Devenez publicateur / Créez votre blog


 

La population guinéenne voit passer les trains de bauxite sans en profiter

  Business, #

Pour ces quelques poteaux électriques posés récemment par la compagnie minière russe RusAl (Russki Alumini) au fin fond de la brousse guinéenne, un jeune homme est mort en octobre 2008. Pendant cinq jours, le village de cases de Mambia s'était soulevé, bloquant la voie ferrée par laquelle la bauxite extraite de la mine à ciel ouvert de Débélé, plus haut dans la montagne, est acheminée jusqu'à Conakry, à 150 kilomètres de là.

Les villageois exigeaient leur raccordement au réseau électrique et protestaient contre la pollution de la rivière. L' armée et la gendarmerie ont ramené l'ordre à leur façon, tirant, pillant, passant à tabac. Quatorze mois plus tard, en ce jour de décembre écrasé de chaleur, le calme règne à Mambia. Les magasins au bord de la route qui conduit à Kindia ont été reconstruits et les poteaux électriques plantés. Quelques poteaux : un rêve pour tant de villages guinéens, dans ce pays parmi les plus pauvres du monde. Si pauvre - 160 e sur 177 au classement du Programme des Nations unies pour le développement (PNUD) - et tellement riche.

Le pays regorge de bauxite. Premier exportateur mondial et deuxième producteur derrière l' Australie, la Guinée détiendrait plus d'un tiers des réserves mondiales de ce minerai qui, une fois transformé, devient alumine puis aluminium.
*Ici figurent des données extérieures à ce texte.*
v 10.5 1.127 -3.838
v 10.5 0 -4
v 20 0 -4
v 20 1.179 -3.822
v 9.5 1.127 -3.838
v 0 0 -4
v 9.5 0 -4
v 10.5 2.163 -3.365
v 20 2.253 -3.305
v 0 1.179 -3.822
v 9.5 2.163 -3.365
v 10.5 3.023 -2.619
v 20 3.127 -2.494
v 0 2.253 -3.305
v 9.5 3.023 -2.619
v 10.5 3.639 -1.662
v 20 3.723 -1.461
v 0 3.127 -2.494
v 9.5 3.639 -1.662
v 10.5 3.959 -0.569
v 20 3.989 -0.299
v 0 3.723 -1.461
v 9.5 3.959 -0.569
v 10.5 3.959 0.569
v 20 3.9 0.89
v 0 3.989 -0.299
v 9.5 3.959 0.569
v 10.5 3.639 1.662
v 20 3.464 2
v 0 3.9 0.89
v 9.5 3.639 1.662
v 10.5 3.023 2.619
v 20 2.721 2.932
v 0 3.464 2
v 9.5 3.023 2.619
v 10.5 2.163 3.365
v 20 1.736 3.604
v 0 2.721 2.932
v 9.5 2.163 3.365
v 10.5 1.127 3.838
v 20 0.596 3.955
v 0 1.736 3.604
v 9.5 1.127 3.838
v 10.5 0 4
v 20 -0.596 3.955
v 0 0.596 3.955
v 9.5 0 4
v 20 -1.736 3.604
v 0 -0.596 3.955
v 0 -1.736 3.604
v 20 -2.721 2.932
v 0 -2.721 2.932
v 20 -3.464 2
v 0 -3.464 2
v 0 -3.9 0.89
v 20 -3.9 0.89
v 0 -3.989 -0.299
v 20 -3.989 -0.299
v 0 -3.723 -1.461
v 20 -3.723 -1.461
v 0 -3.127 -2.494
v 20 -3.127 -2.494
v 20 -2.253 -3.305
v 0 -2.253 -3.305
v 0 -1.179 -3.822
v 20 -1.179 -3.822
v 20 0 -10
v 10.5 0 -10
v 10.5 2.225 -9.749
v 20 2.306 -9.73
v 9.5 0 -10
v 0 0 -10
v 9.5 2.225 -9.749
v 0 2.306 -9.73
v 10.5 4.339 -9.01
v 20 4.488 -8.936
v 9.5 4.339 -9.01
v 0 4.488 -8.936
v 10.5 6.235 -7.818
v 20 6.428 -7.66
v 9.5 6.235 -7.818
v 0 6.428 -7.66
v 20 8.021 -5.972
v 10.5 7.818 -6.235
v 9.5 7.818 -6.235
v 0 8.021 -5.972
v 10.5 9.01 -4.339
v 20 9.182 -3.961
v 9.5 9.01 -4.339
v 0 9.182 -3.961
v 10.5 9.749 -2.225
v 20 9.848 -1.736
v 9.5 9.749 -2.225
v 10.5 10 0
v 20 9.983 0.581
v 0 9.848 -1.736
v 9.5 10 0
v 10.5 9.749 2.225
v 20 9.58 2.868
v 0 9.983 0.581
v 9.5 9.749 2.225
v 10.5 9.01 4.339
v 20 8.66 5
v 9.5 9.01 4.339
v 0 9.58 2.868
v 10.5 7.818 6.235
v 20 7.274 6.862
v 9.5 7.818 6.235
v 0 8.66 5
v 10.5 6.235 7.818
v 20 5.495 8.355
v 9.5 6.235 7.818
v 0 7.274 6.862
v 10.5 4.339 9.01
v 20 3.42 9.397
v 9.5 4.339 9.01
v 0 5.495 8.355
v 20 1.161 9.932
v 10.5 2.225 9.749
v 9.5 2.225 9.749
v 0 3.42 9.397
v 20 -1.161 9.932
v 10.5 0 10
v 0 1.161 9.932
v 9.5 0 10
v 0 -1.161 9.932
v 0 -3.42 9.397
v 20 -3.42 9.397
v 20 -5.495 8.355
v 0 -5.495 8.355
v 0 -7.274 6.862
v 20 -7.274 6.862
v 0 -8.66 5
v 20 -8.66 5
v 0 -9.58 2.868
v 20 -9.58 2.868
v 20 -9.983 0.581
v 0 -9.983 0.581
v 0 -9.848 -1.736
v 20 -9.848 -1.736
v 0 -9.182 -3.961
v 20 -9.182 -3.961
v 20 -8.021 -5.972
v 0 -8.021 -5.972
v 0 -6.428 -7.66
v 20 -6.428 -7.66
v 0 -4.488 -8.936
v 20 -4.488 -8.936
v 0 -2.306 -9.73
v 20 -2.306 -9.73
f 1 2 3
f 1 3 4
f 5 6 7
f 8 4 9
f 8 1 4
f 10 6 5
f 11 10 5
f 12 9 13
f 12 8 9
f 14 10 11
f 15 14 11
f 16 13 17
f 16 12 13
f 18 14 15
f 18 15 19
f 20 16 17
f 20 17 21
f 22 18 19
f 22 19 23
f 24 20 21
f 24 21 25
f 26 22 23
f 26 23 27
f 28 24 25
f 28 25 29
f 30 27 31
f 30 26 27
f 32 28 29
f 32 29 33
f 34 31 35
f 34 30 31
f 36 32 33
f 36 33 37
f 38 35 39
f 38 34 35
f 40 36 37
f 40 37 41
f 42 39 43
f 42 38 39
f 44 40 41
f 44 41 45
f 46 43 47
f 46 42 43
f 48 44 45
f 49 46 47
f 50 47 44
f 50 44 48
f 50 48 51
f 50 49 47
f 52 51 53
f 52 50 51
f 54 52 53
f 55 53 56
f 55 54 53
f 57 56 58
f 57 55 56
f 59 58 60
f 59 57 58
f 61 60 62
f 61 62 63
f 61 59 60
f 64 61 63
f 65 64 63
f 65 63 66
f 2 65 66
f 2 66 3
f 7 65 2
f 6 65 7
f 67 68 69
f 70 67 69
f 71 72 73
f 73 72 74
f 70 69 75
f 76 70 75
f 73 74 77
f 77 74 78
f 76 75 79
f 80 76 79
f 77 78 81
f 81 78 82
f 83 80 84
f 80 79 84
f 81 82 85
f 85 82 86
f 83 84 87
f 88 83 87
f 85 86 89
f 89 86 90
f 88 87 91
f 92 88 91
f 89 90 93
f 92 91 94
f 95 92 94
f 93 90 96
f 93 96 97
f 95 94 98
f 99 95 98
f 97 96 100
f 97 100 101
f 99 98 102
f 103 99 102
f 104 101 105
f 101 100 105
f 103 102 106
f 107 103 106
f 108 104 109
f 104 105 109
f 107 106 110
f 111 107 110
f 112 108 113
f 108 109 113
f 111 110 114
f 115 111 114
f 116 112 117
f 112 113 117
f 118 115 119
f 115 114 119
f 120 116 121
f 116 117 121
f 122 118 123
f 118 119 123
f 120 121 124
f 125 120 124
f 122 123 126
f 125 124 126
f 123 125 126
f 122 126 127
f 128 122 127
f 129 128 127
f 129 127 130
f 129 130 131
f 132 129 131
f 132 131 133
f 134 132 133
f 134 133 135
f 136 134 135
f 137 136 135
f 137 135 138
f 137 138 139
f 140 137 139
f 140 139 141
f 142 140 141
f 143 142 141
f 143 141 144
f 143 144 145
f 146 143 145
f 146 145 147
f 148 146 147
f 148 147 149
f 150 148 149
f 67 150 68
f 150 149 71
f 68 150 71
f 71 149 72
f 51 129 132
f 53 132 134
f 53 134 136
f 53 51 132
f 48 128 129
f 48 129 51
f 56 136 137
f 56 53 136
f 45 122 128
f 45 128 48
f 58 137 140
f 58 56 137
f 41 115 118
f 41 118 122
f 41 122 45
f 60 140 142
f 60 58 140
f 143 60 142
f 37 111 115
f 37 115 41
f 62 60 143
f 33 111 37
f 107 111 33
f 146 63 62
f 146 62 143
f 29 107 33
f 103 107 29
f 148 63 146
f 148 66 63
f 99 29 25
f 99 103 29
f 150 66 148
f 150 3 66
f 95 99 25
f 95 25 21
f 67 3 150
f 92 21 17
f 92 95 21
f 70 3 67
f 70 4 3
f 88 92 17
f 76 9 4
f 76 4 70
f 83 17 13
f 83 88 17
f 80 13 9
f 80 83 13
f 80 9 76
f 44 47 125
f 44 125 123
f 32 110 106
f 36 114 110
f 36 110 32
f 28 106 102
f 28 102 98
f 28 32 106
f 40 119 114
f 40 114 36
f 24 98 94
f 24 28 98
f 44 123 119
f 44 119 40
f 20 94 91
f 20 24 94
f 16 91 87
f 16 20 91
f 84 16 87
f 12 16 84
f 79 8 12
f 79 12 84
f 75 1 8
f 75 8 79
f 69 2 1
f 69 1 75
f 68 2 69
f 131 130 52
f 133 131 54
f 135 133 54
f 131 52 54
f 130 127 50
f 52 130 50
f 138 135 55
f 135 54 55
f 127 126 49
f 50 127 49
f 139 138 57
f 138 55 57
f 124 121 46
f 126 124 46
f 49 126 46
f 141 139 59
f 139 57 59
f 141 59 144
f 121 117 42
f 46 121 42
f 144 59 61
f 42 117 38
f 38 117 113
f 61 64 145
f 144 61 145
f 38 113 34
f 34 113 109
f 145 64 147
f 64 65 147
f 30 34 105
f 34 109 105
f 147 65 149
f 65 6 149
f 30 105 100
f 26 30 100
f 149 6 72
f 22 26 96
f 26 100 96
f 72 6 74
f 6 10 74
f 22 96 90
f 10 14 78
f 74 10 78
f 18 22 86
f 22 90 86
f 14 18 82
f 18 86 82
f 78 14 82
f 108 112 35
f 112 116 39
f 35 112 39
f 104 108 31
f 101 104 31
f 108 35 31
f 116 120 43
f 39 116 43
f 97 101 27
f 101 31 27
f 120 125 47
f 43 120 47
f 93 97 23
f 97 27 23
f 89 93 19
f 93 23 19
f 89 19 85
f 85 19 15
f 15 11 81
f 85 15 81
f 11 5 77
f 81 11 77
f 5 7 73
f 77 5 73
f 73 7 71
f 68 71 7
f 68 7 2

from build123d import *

# Parameters (mm, degrees)
SKETCH_1_R          = 10
SKETCH_1_R_2        = 4
EXTRUDE_1_DEPTH     = 20
SKETCH_2_W          = 1
SKETCH_2_H          = 20
CUT_EXTRUDE_1_DEPTH = 25.494897428


with BuildPart() as part:
    # ｽｹｯﾁ1 → ﾎﾞｽ - 押し出し1 (new body)
    with BuildSketch(Plane(origin=(0, 0, 0), x_dir=(0, 0, -1), z_dir=(1, 0, 0))):
        Circle(SKETCH_1_R)
        Circle(SKETCH_1_R_2, mode=Mode.SUBTRACT)
    extrude(amount=EXTRUDE_1_DEPTH)

    # ｽｹｯﾁ2 → ｶｯﾄ - 押し出し1 (cut, through all)
    with BuildSketch(Plane(origin=(0, 0, 0), x_dir=(1, 0, 0), z_dir=(0, 1, 0))):
        with Locations((10, 0)):
            Rectangle(SKETCH_2_W, SKETCH_2_H)
    extrude(amount=CUT_EXTRUDE_1_DEPTH, mode=Mode.SUBTRACT)


solid = part.part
La Chine en est particulièrement friande. Il y a aussi du fer, de l' or, des diamants et des ressources pétrolières découvertes off-shore. Un trésor largement inexploité.

Mais de ces richesses, les habitants de Mambia ou d'ailleurs n'en voient guère la couleur. Sauf le rouge des quelque 10 000 tonnes de minerai expédiées quotidiennement par le rail, et celle de ces quelques poteaux électriques. "Il y a trop de corruption, pas assez de valeur ajoutée créée en Guinée. Plus de 50 % de la population (sur 10 millions d'habitants) vit dans un état d'extrême pauvreté", explique le doyen de l'université Sonfonia de Conakry, Ahmadou Oury Koré Bah. La bauxite quitte le pays par minéraliers, en vrac. Le seul site de (première) transformation en alumine est une unité hors d'âge, contrôlée par RusAl mais héritée d'une unité créée par Péchiney, notamment, un an avant l'indépendance de l'ancienne colonie française en 1958.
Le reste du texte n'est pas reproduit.